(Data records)
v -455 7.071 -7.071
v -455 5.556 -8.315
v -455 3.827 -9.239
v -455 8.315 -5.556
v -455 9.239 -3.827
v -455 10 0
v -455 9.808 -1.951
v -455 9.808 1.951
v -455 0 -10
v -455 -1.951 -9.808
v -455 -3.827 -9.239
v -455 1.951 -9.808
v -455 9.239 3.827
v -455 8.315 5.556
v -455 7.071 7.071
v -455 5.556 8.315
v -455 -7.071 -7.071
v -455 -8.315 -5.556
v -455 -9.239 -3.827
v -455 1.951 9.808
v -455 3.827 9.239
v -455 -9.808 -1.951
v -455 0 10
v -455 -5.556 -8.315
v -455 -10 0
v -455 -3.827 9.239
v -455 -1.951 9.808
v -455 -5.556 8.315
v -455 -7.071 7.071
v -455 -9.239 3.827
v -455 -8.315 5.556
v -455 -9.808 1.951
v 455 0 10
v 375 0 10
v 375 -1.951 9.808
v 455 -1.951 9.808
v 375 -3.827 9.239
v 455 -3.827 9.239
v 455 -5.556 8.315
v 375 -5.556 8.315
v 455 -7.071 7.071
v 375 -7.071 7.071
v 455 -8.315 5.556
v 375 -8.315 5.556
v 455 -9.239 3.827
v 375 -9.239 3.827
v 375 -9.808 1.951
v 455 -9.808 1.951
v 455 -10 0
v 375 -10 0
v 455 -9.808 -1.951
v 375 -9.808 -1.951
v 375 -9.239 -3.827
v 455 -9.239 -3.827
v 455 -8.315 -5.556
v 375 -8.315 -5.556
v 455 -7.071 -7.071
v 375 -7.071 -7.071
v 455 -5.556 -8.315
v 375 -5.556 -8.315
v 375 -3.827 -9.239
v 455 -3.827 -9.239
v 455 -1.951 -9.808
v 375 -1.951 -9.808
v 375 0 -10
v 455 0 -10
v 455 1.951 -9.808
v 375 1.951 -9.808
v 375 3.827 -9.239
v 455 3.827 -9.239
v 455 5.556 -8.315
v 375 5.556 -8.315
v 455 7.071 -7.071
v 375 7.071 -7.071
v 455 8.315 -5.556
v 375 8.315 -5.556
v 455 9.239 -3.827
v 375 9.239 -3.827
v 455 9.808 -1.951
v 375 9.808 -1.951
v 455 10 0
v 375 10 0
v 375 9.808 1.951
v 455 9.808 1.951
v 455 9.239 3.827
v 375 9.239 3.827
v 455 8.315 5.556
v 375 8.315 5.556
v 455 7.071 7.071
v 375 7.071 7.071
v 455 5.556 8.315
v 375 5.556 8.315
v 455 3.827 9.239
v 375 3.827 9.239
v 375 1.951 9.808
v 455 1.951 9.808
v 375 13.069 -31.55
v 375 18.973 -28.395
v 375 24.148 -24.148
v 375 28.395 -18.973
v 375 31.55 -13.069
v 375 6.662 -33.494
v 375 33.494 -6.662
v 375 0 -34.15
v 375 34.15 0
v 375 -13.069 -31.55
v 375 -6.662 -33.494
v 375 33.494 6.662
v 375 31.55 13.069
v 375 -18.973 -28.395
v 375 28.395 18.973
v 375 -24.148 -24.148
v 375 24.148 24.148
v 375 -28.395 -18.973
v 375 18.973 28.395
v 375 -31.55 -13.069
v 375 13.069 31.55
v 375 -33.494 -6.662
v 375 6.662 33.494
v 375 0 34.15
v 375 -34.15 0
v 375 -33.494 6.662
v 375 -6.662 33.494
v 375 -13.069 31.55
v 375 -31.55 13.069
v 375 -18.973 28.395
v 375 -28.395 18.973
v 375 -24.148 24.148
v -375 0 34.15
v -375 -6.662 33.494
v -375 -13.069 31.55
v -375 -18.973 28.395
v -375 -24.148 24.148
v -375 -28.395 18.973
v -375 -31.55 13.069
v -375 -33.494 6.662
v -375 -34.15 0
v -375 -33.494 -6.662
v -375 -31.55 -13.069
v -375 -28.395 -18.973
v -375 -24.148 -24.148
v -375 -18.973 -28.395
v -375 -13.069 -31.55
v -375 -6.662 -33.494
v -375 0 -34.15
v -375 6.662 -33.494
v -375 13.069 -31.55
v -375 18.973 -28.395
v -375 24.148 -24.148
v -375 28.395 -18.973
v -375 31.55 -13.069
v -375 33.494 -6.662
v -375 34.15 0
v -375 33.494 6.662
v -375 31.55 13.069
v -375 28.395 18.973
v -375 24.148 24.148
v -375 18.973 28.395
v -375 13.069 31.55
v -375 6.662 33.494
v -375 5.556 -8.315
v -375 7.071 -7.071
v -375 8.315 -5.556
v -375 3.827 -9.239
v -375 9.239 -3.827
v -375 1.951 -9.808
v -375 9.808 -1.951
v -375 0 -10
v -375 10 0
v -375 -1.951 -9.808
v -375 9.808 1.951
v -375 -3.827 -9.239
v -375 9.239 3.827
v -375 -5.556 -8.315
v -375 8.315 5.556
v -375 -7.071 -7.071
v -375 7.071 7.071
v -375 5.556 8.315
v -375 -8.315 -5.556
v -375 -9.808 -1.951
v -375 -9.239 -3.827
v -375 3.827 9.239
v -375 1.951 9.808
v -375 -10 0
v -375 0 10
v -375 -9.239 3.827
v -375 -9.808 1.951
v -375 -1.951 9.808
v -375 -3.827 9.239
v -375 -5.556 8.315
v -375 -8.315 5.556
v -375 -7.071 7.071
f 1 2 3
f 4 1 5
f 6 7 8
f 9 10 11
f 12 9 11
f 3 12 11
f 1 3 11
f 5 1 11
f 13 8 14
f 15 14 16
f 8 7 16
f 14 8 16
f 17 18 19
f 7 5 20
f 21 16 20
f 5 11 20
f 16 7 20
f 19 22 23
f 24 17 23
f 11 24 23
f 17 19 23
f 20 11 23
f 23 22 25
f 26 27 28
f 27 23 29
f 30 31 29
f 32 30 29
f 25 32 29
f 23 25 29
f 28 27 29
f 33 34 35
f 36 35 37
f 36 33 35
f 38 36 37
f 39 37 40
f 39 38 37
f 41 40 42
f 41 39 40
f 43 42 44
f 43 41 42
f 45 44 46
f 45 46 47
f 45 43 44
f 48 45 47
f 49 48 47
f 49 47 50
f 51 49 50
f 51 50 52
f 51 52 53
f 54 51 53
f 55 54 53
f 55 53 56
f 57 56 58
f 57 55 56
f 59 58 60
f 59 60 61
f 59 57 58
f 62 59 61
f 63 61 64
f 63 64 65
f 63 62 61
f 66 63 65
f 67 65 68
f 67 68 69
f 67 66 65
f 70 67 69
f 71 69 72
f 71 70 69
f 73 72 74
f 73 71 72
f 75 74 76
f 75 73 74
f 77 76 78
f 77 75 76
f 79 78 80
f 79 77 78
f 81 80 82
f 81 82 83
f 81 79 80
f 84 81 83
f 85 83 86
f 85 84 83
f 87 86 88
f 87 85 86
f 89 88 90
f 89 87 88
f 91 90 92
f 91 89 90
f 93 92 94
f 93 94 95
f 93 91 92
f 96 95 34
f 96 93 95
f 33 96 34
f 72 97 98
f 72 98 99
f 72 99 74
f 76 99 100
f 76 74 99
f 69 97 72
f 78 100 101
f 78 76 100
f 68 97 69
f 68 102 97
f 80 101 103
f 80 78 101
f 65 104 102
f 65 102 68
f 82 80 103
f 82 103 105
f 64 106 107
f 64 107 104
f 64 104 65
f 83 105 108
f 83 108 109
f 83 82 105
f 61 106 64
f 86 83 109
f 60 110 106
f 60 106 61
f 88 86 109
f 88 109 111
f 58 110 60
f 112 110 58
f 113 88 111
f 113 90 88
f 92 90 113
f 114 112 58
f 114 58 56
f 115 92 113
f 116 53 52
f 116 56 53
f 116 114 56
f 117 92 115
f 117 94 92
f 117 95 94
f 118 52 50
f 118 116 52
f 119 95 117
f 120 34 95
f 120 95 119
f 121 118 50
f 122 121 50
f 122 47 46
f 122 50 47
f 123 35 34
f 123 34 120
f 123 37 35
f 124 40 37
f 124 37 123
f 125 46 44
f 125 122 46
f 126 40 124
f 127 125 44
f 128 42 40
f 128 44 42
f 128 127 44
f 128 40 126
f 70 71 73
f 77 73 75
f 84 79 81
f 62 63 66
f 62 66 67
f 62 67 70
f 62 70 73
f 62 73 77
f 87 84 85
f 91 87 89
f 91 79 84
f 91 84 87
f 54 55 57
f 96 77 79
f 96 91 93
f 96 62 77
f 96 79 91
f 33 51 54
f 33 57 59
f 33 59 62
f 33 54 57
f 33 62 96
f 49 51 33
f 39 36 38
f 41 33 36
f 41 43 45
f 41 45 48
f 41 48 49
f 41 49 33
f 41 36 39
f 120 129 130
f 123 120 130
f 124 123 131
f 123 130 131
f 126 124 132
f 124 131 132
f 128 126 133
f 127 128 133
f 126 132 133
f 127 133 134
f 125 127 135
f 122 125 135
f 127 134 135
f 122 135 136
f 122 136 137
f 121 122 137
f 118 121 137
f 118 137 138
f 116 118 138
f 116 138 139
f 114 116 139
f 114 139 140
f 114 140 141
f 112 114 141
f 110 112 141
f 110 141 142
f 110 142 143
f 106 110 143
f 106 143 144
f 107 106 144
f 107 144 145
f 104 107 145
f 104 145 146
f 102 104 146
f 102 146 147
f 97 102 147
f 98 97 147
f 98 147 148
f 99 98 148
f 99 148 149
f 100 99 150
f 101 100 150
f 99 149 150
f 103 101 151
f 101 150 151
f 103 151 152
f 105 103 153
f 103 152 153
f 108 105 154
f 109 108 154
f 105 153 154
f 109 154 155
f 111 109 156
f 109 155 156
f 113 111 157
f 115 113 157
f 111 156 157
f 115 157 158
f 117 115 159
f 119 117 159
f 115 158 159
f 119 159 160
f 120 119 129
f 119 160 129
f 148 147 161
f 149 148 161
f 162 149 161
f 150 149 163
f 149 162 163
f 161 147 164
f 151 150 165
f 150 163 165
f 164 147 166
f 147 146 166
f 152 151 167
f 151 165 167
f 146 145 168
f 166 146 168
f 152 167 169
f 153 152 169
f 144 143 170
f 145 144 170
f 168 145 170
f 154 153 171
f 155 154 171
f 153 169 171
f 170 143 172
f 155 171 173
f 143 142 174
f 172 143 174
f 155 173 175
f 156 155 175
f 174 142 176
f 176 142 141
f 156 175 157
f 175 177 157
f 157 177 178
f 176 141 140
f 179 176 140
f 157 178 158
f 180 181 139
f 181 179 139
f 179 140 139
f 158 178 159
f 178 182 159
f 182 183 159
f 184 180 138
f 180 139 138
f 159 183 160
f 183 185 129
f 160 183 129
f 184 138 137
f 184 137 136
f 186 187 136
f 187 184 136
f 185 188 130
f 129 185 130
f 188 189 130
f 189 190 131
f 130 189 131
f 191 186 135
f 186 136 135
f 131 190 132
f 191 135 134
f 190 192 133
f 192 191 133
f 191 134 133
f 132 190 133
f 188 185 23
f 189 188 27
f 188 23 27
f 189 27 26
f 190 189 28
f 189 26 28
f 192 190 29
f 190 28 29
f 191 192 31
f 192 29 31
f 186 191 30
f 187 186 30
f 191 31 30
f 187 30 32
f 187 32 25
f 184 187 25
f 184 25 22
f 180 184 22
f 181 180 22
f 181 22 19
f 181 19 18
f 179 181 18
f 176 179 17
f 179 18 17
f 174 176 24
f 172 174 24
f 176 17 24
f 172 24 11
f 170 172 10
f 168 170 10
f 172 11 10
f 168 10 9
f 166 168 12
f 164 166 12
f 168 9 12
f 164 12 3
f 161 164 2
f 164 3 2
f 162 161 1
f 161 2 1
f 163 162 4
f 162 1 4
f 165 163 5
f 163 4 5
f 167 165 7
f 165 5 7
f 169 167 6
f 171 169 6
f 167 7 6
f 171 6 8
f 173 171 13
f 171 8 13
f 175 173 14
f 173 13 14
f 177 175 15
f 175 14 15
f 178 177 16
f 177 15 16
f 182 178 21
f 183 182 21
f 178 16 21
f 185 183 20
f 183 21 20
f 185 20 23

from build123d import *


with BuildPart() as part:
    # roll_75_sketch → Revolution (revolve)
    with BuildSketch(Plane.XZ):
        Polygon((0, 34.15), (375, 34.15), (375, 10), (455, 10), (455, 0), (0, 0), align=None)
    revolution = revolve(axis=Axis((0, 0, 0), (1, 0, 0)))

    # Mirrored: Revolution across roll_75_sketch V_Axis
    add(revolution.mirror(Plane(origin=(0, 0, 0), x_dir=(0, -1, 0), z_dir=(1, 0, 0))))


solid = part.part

Your objective: Transcribe only, please, the lines from the first line of the records through the line with "v -455 0 10". Both of those lines are included.

Exercise output:
v -455 7.071 -7.071
v -455 5.556 -8.315
v -455 3.827 -9.239
v -455 8.315 -5.556
v -455 9.239 -3.827
v -455 10 0
v -455 9.808 -1.951
v -455 9.808 1.951
v -455 0 -10
v -455 -1.951 -9.808
v -455 -3.827 -9.239
v -455 1.951 -9.808
v -455 9.239 3.827
v -455 8.315 5.556
v -455 7.071 7.071
v -455 5.556 8.315
v -455 -7.071 -7.071
v -455 -8.315 -5.556
v -455 -9.239 -3.827
v -455 1.951 9.808
v -455 3.827 9.239
v -455 -9.808 -1.951
v -455 0 10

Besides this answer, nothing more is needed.